Aplicativos, relógios e gravações feitas pelo celular podem chamar a atenção para o ronco ou para noites inquietas, mas não substituem uma avaliação médica. Eles não conseguem determinar com precisão a frequência das pausas respiratórias, o grau de queda da oxigenação ou a causa da obstrução.

O diagnóstico pode envolver consulta clínica, análise do histórico de saúde e um exame do sono. A polissonografia registra parâmetros como respiração, oxigenação, movimentos, atividade cerebral e ritmo cardíaco durante o sono. Com essas informações, o especialista pode identificar se há apneia, classificar sua intensidade e orientar a conduta mais adequada.

Em algumas situações, exames domiciliares podem ser considerados. Em outras, a polissonografia completa é mais indicada, especialmente quando há sintomas complexos, outras doenças do sono ou condições clínicas associadas. A escolha depende da avaliação individual.

O tratamento não é igual para todos

Receber o diagnóstico de apneia não significa que todas as pessoas precisarão do mesmo tratamento. A conduta considera a gravidade do quadro, a anatomia das vias aéreas, o peso, os hábitos, as doenças associadas e a adaptação de cada paciente.

Mudanças de hábitos podem ajudar, como manter horários regulares de sono, reduzir o consumo de álcool à noite e evitar medicamentos sedativos sem orientação médica. Para algumas pessoas, dormir de lado também diminui os episódios. Essas medidas, porém, nem sempre resolvem a apneia sozinhas, principalmente em casos moderados ou graves.

O CPAP, aparelho que mantém uma pressão contínua de ar para evitar o fechamento das vias aéreas, é um tratamento bastante eficaz quando bem indicado e acompanhado. Há também aparelhos intraorais para casos selecionados e abordagens odontológicas ou cirúrgicas em situações específicas.
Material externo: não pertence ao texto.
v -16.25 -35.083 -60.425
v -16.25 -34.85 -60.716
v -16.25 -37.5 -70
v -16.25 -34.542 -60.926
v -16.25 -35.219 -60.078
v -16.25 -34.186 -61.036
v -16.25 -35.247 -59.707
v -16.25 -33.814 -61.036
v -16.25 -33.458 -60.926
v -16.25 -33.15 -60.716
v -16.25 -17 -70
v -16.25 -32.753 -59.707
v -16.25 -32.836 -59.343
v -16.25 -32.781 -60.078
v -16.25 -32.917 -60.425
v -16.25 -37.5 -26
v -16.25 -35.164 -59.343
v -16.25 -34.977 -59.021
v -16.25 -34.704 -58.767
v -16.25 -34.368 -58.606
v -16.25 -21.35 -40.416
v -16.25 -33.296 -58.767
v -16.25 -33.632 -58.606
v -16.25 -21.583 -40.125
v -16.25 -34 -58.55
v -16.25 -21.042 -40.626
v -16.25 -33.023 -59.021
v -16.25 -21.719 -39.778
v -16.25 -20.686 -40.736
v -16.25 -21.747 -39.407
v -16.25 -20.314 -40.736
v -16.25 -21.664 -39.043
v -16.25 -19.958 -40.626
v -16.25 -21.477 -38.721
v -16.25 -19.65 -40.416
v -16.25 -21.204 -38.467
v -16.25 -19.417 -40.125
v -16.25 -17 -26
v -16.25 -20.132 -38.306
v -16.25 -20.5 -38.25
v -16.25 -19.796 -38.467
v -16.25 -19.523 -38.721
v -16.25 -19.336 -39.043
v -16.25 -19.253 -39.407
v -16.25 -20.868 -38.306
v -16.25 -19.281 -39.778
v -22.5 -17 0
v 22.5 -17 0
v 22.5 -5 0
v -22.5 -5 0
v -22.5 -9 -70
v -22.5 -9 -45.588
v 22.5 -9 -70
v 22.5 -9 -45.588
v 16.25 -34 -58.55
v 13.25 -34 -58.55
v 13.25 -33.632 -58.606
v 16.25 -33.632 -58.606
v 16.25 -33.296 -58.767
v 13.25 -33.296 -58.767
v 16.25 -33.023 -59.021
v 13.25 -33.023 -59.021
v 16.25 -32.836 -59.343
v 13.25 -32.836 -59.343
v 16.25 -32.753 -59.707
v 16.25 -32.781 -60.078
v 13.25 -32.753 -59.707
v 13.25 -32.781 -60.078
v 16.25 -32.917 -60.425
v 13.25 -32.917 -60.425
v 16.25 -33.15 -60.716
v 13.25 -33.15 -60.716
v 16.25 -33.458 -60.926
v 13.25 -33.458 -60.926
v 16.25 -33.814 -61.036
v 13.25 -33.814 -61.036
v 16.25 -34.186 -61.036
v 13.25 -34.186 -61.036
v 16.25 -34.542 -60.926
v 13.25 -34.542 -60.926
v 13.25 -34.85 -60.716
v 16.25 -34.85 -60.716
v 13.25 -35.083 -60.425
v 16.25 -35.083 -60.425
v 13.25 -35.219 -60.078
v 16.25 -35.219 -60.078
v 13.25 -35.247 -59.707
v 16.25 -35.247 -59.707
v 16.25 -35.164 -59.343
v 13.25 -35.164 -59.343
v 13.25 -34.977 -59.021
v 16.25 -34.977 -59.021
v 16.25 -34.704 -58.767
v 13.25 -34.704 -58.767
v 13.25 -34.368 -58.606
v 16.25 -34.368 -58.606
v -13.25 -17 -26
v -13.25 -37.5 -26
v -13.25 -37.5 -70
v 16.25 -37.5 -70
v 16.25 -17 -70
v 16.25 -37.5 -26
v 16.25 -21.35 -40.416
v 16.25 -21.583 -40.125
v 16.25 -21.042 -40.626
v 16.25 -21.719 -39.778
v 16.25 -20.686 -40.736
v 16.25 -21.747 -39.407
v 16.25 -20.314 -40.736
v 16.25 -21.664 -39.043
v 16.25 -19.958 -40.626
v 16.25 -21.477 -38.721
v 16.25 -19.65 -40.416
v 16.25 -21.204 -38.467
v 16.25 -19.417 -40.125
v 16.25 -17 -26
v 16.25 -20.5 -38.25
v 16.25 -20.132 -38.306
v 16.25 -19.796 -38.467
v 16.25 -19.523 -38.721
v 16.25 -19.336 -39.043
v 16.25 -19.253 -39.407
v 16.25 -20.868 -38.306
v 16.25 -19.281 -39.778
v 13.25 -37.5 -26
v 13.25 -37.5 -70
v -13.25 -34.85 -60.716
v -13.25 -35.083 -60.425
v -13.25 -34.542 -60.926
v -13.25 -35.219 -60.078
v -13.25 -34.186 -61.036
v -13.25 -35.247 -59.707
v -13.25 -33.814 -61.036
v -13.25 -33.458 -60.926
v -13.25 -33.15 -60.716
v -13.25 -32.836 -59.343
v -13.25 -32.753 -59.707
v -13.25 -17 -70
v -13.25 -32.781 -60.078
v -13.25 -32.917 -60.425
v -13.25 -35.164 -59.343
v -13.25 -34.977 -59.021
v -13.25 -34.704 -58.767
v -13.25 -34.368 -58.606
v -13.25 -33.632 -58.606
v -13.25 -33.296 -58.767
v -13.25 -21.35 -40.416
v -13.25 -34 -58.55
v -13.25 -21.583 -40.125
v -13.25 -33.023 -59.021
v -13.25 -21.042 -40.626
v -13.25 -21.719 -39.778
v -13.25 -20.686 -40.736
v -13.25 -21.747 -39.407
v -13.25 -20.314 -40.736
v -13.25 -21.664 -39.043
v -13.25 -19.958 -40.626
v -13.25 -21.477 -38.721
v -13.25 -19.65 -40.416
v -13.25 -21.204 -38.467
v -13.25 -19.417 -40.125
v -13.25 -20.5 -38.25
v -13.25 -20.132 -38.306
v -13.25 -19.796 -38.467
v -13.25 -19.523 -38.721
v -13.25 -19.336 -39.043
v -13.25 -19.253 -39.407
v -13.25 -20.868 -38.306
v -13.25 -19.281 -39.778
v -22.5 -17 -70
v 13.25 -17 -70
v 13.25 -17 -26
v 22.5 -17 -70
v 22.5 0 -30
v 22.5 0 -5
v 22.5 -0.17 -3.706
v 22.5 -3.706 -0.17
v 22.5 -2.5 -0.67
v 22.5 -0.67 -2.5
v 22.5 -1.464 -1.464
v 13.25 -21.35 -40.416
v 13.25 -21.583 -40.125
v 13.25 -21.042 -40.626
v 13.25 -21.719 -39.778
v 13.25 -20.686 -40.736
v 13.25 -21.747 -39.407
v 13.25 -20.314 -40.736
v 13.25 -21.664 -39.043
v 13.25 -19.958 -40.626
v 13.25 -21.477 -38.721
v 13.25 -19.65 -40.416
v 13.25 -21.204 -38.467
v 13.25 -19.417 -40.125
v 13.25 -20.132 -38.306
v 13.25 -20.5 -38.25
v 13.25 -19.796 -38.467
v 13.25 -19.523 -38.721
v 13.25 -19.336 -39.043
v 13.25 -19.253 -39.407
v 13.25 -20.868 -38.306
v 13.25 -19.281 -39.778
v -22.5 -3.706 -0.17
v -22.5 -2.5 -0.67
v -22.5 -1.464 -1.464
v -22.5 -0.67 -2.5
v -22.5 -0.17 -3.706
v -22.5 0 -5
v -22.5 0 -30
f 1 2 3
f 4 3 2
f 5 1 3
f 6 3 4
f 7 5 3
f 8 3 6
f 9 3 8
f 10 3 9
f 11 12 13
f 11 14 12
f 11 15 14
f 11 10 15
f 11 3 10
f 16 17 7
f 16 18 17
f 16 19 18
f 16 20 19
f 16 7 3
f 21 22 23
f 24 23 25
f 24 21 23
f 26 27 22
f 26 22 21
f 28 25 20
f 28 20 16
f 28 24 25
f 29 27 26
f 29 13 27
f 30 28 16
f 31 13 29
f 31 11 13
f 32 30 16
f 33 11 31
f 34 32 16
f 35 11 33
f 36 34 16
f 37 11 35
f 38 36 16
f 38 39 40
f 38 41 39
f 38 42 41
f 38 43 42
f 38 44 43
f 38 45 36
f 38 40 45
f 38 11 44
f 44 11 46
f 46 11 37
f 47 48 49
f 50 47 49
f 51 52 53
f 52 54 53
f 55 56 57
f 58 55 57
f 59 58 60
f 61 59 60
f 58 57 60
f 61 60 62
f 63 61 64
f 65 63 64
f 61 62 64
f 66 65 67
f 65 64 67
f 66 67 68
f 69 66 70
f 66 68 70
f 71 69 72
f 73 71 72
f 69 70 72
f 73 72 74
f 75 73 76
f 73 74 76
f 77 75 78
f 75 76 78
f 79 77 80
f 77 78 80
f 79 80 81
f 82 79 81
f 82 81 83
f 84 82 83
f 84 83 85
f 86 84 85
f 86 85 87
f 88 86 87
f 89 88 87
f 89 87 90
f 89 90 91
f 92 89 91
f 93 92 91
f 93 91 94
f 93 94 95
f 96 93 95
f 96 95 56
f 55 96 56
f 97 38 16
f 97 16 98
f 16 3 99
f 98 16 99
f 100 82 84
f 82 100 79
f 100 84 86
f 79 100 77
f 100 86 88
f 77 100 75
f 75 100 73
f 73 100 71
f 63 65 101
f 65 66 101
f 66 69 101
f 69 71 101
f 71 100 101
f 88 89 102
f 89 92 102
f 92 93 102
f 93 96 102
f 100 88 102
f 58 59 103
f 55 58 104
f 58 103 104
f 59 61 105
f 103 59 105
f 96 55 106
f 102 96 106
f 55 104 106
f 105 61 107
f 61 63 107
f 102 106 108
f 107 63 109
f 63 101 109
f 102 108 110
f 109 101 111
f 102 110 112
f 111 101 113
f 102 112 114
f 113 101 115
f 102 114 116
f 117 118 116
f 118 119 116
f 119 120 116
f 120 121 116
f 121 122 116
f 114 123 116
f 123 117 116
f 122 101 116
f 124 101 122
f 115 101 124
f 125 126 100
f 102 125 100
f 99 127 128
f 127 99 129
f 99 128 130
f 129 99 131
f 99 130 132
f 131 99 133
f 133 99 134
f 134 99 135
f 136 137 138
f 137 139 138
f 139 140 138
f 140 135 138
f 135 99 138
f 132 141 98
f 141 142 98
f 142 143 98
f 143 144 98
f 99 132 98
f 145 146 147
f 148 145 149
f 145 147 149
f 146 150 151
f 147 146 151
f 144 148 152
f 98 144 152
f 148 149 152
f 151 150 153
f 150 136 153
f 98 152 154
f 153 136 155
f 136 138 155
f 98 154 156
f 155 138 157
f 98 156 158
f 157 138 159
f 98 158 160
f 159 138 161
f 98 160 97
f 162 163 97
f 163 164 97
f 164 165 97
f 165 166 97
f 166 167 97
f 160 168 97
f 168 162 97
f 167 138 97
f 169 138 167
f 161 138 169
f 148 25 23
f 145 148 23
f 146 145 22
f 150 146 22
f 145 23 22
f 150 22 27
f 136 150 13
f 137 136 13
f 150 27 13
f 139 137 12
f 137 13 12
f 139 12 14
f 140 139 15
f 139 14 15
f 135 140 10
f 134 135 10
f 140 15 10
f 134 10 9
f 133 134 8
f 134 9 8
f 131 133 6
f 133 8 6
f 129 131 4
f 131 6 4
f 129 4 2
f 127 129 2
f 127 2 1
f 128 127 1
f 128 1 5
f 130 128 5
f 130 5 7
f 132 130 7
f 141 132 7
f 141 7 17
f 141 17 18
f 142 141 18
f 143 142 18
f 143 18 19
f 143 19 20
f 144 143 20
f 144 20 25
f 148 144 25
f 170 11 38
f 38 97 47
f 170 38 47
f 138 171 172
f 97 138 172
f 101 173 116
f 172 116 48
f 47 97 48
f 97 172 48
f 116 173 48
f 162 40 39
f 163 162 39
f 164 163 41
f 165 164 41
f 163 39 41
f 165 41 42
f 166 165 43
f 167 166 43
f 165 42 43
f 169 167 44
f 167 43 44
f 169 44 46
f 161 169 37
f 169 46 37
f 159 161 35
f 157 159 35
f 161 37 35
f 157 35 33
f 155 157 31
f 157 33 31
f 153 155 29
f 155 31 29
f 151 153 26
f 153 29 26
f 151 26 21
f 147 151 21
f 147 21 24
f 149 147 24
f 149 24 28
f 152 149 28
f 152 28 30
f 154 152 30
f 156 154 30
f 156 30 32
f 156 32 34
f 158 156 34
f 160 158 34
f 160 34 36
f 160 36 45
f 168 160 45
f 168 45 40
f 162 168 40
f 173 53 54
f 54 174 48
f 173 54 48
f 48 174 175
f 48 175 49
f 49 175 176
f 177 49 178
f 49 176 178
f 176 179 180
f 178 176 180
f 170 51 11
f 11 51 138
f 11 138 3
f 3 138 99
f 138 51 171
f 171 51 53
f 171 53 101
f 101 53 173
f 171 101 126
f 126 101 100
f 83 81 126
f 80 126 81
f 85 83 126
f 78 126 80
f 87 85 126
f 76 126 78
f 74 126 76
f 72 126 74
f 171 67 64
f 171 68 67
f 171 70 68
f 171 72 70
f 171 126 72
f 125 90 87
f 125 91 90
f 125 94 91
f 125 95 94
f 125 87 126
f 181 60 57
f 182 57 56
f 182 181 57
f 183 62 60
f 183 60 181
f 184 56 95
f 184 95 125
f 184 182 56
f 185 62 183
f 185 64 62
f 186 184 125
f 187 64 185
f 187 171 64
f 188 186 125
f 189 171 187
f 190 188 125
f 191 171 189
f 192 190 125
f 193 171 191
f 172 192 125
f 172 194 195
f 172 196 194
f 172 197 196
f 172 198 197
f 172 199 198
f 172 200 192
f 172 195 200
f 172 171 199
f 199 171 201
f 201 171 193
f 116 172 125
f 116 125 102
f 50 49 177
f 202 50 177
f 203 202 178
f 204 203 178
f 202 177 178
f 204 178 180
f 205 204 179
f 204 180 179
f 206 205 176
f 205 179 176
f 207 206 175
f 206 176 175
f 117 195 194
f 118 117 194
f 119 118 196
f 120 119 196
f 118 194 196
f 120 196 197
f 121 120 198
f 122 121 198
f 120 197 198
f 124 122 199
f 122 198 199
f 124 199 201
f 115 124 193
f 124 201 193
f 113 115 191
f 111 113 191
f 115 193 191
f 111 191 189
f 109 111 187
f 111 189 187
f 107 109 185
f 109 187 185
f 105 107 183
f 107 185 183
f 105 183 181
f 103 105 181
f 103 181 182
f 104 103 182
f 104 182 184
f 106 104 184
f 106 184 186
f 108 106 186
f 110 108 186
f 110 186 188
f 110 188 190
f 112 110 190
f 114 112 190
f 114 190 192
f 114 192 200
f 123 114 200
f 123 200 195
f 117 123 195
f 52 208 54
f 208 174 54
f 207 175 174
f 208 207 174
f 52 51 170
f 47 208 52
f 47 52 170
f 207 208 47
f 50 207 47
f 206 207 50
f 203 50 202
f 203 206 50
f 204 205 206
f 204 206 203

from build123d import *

# Parameters (mm, degrees)
BOSS_EXTRUDE1_DEPTH = 22.5
SKETCH2_W           = 3
SKETCH2_H           = 44
BOSS_EXTRUDE2_DEPTH = 20.5
SKETCH3_R           = 1.25
CUT_EXTRUDE1_DEPTH  = 39.75


with BuildPart() as part:
    # Sketch1 → Boss-Extrude1 (new body, symmetric)
    with BuildSketch(Plane(origin=(0, 0, 0), x_dir=(0, 0, -1), z_dir=(1, 0, 0))):
        with BuildLine():
            Line((5, 0), (30, 0))
            Line((30, 0), (45.588457268, -9))
            Line((45.588457268, -9), (70, -9))
            Line((70, -9), (70, -17))
            Line((70, -17), (63.318457268, -17))
            Line((63.318457268, -17), (0, -17))
            Line((0, -17), (0, -5))
            ThreePointArc((0, -5), (1.464466094, -1.464466094), (5, 0))
        make_face()
    extrude(amount=BOSS_EXTRUDE1_DEPTH, both=True)

    # Sketch2 → Boss-Extrude2 (add)
    with BuildSketch(Plane.XZ.offset(17)):
        with Locations((14.75, -48)):
            Rectangle(SKETCH2_W, SKETCH2_H)
        with Locations((-14.75, -48)):
            Rectangle(SKETCH2_W, SKETCH2_H)
    extrude(amount=BOSS_EXTRUDE2_DEPTH)

    # Sketch3 → Cut-Extrude1 (cut, through all)
    with BuildSketch(Plane.ZY.offset(16.25)):
        with Locations((-59.8, -34)):
            Circle(SKETCH3_R)
        with Locations((-39.5, -20.5)):
            Circle(SKETCH3_R)
    extrude(amount=-CUT_EXTRUDE1_DEPTH, mode=Mode.SUBTRACT)


solid = part.part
O ponto central é não abandonar o tratamento por desconforto inicial: ajustes de máscara, pressão e rotina de uso podem fazer grande diferença na adaptação.

Na Clínica do Sono, a investigação busca olhar além de um sintoma isolado. Entender como você dorme, como se sente ao acordar e quais impactos o cansaço traz para sua vida ajuda a definir um caminho de cuidado mais seguro e realista.
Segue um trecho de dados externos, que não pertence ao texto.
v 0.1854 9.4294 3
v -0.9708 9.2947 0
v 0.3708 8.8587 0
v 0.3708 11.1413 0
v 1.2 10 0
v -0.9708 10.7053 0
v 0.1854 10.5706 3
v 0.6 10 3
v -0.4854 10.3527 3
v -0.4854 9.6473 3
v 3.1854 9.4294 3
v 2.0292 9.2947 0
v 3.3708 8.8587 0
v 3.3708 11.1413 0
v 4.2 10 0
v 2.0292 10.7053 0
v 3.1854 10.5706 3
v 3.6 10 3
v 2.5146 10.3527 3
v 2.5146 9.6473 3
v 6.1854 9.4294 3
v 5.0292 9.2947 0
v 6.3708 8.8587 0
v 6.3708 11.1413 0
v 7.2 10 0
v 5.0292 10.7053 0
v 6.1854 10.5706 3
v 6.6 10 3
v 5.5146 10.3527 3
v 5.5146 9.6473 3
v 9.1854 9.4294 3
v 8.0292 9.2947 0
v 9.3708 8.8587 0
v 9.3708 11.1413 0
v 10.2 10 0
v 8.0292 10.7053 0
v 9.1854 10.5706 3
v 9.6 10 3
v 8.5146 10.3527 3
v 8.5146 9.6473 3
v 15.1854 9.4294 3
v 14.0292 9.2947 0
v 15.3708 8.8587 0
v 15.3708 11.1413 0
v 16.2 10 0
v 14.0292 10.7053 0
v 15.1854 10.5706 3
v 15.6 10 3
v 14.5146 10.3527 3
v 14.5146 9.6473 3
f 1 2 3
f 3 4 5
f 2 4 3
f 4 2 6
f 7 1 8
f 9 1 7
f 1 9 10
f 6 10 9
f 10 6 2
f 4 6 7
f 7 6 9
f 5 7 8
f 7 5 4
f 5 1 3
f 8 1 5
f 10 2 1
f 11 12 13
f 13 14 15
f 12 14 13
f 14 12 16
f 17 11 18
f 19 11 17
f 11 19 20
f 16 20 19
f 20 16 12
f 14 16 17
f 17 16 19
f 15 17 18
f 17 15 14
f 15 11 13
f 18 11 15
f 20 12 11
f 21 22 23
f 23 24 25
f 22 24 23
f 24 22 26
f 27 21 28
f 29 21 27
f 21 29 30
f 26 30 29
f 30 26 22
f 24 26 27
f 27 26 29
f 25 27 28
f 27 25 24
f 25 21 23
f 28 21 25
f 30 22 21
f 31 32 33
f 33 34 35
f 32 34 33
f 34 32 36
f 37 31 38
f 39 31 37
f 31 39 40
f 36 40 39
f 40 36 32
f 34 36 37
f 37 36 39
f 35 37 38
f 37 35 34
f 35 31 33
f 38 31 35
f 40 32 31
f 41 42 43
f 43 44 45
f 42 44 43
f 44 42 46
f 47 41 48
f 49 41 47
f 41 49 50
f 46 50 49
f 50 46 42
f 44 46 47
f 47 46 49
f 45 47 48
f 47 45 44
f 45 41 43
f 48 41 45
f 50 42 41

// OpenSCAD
union() {
	translate([0, 10, 0]) cylinder(r1=1.2, r2=0.6, h=3);
	translate([3, 10, 0]) cylinder(r1=1.2, r2=0.6, h=3);
	translate([6, 10, 0]) cylinder(r1=1.2, r2=0.6, h=3);
	translate([9, 10, 0]) cylinder(r1=1.2, r2=0.6, h=3);
	translate([15, 10, 0]) cylinder(r1=1.2, r2=0.6, h=3);
}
Quando procurar ajuda com mais urgência

Uma consulta deve ser priorizada quando há pausas respiratórias observadas, sonolência ao dirigir, despertares com falta de ar ou pressão arterial difícil de controlar. Quem tem doença cardíaca, histórico de AVC, diabetes ou arritmia e apresenta ronco com cansaço diurno também deve conversar com um especialista sem adiar a avaliação.

Se ocorrer falta de ar intensa, dor no peito, desmaio ou sintomas neurológicos súbitos, a orientação é buscar atendimento de urgência. Esses sinais não devem ser atribuídos automaticamente à apneia.

Cuidar do sono é cuidar da saúde em todas as horas do dia. Se o seu descanso deixou de restaurar suas energias, uma avaliação especializada pode transformar noites interrompidas em um plano claro para respirar, dormir e viver melhor.